> **Supplied data**
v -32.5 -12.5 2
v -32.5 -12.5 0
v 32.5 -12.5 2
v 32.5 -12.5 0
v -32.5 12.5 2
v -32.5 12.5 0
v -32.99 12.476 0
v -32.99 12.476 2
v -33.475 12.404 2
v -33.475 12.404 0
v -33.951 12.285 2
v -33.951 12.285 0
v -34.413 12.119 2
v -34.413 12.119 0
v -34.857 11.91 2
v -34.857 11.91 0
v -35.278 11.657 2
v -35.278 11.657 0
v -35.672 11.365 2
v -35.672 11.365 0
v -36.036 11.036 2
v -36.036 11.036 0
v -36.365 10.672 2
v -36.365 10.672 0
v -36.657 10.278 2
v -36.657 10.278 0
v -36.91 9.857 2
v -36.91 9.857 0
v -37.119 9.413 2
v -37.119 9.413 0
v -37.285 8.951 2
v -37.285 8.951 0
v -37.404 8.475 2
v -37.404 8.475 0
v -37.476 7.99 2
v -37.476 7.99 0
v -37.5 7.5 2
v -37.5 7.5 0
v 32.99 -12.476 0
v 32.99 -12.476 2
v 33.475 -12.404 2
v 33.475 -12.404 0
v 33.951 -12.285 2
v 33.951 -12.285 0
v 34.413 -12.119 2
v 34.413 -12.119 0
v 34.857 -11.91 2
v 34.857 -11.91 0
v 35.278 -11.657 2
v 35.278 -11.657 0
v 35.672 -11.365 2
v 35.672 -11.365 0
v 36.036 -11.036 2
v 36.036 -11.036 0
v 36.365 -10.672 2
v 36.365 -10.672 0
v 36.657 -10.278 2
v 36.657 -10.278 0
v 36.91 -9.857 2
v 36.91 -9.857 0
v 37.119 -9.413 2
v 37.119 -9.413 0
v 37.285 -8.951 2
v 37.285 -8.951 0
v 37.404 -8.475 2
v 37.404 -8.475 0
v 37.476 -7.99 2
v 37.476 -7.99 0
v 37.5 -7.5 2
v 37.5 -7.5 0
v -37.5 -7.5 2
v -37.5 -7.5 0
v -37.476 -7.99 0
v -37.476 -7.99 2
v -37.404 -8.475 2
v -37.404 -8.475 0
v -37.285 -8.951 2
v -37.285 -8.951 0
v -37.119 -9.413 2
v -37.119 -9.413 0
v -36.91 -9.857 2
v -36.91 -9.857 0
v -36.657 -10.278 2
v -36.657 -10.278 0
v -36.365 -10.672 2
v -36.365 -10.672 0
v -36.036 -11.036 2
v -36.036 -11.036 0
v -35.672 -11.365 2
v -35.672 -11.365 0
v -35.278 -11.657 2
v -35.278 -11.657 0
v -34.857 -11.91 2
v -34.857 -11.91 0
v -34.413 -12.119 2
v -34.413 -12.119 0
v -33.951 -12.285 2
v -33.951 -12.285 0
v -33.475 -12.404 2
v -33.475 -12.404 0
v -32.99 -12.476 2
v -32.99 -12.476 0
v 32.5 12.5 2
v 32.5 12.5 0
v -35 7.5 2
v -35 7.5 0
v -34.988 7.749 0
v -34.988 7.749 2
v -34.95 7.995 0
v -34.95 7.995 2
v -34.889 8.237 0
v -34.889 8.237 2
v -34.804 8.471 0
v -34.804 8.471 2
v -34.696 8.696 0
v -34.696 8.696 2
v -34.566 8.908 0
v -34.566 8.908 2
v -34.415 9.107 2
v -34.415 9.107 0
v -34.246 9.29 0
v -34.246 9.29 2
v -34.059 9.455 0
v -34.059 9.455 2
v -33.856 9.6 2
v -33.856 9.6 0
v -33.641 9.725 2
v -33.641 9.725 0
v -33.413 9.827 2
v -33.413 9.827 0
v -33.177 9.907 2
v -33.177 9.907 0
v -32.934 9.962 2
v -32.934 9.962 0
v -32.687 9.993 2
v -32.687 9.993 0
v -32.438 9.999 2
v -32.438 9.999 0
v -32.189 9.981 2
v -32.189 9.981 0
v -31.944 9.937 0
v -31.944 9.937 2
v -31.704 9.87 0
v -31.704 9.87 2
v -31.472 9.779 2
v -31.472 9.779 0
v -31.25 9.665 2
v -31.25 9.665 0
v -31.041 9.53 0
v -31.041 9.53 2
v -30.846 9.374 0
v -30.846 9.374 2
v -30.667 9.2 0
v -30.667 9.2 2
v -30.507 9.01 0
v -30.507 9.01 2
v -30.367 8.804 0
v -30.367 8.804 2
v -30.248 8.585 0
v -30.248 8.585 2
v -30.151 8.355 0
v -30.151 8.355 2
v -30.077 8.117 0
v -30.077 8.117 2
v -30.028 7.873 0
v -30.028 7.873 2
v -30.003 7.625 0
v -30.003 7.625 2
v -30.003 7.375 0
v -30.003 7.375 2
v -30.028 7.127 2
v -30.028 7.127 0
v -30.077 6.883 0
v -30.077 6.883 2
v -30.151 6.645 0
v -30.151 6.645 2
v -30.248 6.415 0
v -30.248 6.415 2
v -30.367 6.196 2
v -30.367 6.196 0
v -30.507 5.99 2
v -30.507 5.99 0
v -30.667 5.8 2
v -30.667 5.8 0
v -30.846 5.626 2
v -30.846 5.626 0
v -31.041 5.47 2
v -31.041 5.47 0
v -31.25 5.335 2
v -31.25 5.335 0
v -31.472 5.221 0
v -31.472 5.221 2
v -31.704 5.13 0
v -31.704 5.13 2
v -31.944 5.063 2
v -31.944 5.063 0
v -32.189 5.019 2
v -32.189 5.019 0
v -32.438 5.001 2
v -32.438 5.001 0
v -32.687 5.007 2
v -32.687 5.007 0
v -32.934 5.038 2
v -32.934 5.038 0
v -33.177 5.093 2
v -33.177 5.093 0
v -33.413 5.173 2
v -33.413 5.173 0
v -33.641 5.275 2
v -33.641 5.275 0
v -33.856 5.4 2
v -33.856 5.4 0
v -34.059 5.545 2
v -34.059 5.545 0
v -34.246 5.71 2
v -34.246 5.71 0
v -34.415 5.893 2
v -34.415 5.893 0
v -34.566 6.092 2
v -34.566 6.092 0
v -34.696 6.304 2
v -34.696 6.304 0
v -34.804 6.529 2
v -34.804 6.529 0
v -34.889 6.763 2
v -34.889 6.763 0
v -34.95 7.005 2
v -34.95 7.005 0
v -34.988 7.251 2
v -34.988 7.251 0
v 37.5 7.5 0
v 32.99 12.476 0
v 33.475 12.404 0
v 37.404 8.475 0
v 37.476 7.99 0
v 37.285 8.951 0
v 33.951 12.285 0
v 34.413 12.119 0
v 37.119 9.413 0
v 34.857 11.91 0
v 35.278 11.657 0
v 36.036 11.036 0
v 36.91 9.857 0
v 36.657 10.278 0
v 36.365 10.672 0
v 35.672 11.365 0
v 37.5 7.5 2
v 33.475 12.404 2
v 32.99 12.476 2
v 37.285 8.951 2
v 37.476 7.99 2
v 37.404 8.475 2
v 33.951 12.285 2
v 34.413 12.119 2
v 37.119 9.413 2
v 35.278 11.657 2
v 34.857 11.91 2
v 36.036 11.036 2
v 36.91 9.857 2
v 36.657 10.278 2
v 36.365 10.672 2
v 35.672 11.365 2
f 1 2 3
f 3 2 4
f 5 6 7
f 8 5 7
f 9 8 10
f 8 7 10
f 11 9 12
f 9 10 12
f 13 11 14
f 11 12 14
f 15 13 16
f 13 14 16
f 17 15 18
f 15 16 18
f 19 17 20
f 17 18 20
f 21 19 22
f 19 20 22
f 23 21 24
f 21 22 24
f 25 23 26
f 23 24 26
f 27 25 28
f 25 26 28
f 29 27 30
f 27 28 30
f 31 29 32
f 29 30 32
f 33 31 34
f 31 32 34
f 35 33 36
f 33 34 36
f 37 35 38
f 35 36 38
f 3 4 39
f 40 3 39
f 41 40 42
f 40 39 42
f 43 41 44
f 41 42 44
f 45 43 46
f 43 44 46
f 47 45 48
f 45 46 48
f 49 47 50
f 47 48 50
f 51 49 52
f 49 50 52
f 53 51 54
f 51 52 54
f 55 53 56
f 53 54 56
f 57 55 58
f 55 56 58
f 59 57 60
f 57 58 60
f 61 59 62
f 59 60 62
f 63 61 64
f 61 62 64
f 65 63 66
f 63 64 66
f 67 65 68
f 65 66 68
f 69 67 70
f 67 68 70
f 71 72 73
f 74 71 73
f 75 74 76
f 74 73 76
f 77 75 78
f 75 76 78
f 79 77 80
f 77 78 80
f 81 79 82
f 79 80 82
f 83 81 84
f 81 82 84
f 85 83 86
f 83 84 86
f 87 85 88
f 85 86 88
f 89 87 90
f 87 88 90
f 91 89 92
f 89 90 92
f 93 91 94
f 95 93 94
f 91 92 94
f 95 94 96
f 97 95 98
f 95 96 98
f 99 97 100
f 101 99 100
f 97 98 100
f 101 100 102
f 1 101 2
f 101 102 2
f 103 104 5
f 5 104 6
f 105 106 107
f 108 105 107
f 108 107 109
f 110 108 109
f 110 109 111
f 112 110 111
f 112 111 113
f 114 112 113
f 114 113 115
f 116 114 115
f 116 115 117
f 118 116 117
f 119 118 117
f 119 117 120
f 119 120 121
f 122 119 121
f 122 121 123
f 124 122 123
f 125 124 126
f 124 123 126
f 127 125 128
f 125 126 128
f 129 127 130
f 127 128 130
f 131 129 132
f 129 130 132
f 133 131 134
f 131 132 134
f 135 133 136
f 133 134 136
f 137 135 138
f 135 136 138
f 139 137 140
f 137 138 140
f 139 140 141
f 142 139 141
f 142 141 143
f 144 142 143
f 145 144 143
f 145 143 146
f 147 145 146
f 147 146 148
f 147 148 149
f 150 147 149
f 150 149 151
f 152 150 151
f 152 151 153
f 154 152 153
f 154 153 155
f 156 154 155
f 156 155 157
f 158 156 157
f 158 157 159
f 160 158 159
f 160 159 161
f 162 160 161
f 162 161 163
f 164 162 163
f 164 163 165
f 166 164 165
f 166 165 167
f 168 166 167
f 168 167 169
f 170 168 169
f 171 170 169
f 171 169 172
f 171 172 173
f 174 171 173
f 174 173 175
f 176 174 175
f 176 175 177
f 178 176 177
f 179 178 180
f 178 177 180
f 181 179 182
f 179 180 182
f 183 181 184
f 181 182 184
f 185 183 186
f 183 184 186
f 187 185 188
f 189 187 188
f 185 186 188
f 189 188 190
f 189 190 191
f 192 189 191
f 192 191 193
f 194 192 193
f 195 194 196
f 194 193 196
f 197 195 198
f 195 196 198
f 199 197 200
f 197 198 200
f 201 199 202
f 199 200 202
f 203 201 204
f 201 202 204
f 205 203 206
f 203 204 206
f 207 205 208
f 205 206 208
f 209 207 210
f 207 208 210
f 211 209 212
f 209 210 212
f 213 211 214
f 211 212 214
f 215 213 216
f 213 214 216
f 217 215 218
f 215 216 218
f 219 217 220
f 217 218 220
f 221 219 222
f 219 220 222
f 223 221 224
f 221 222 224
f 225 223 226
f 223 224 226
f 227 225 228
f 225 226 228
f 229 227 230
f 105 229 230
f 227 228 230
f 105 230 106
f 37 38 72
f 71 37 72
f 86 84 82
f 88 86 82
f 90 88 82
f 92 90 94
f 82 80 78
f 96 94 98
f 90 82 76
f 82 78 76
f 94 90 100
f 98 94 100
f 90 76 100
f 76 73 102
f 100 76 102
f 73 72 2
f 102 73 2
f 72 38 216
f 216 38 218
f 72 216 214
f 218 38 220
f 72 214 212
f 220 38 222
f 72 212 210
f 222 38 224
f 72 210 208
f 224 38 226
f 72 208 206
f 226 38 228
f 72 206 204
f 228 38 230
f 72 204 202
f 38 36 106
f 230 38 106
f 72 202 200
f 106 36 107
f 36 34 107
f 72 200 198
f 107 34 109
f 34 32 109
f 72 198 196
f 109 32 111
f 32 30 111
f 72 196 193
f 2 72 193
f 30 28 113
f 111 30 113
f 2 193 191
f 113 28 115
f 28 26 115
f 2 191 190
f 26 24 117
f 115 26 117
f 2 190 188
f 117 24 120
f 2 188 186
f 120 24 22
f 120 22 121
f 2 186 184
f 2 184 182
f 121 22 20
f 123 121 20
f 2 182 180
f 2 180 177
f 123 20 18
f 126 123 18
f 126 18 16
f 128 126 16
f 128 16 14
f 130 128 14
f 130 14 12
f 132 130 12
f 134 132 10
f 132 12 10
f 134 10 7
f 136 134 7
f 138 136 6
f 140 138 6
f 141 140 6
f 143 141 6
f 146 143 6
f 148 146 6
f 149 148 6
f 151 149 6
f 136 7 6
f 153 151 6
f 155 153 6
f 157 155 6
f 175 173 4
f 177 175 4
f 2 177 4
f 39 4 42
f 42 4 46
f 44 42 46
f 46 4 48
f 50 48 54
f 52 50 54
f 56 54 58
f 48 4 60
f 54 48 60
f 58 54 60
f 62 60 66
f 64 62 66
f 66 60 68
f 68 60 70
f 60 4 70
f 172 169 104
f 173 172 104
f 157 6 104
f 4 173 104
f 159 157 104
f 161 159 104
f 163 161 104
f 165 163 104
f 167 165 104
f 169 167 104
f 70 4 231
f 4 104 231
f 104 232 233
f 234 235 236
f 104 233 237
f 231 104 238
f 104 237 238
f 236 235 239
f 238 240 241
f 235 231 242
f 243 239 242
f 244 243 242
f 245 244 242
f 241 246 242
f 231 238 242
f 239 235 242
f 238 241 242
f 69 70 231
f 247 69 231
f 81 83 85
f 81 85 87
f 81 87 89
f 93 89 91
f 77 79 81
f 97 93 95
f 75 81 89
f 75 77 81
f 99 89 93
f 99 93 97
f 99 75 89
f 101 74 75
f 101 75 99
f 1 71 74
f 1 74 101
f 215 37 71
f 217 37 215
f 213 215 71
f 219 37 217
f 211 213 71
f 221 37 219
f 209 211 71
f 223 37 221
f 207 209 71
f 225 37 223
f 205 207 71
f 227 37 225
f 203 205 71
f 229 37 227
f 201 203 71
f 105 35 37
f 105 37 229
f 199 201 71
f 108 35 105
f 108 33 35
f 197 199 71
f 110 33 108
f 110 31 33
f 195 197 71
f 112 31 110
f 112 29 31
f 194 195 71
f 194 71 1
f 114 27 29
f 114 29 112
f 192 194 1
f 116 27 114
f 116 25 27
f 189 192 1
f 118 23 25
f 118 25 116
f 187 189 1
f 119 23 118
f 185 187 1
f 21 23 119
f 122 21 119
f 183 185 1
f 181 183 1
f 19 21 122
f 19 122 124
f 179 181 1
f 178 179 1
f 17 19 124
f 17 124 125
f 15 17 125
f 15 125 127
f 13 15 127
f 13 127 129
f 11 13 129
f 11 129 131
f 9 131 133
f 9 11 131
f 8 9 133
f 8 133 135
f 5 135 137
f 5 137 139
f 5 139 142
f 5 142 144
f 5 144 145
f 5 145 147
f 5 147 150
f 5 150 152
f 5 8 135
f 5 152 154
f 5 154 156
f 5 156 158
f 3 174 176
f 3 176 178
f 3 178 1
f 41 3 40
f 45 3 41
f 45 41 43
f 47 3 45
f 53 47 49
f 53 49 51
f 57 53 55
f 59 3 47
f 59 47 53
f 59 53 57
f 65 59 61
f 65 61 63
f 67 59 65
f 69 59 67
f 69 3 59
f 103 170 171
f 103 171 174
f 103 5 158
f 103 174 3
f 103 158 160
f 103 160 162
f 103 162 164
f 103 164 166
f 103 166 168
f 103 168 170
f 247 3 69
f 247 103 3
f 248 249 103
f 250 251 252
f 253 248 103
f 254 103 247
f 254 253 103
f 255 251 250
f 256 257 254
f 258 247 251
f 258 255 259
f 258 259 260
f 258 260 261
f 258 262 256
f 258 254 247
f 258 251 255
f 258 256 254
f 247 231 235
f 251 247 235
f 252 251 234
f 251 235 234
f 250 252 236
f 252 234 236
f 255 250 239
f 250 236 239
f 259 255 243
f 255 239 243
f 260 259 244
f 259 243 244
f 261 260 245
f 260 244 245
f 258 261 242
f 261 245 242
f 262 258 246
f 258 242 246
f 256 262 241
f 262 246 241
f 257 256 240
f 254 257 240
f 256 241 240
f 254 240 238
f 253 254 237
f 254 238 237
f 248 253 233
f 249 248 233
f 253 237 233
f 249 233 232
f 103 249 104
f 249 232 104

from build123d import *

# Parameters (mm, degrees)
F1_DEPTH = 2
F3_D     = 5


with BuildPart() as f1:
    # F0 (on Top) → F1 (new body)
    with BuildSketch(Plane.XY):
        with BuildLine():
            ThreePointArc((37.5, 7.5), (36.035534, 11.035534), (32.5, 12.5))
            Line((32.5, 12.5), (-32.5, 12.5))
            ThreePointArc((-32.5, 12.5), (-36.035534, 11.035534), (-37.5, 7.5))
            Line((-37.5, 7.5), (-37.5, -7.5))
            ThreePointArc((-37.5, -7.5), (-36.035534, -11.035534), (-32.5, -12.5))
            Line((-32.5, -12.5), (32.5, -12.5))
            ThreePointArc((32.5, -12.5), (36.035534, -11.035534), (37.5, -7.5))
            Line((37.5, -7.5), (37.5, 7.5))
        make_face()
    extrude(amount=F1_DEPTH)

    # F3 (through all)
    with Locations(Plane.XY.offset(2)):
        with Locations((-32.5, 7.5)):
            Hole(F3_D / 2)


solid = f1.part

> **About this exercise**
Would you copy, unchanged, the stretch of the records above that begins at the line containing "v -31.25 5.335 2" and ends at the line containing "v 36.036 11.036 0", and only that?

> **Response area**
v -31.25 5.335 2
v -31.25 5.335 0
v -31.472 5.221 0
v -31.472 5.221 2
v -31.704 5.13 0
v -31.704 5.13 2
v -31.944 5.063 2
v -31.944 5.063 0
v -32.189 5.019 2
v -32.189 5.019 0
v -32.438 5.001 2
v -32.438 5.001 0
v -32.687 5.007 2
v -32.687 5.007 0
v -32.934 5.038 2
v -32.934 5.038 0
v -33.177 5.093 2
v -33.177 5.093 0
v -33.413 5.173 2
v -33.413 5.173 0
v -33.641 5.275 2
v -33.641 5.275 0
v -33.856 5.4 2
v -33.856 5.4 0
v -34.059 5.545 2
v -34.059 5.545 0
v -34.246 5.71 2
v -34.246 5.71 0
v -34.415 5.893 2
v -34.415 5.893 0
v -34.566 6.092 2
v -34.566 6.092 0
v -34.696 6.304 2
v -34.696 6.304 0
v -34.804 6.529 2
v -34.804 6.529 0
v -34.889 6.763 2
v -34.889 6.763 0
v -34.95 7.005 2
v -34.95 7.005 0
v -34.988 7.251 2
v -34.988 7.251 0
v 37.5 7.5 0
v 32.99 12.476 0
v 33.475 12.404 0
v 37.404 8.475 0
v 37.476 7.99 0
v 37.285 8.951 0
v 33.951 12.285 0
v 34.413 12.119 0
v 37.119 9.413 0
v 34.857 11.91 0
v 35.278 11.657 0
v 36.036 11.036 0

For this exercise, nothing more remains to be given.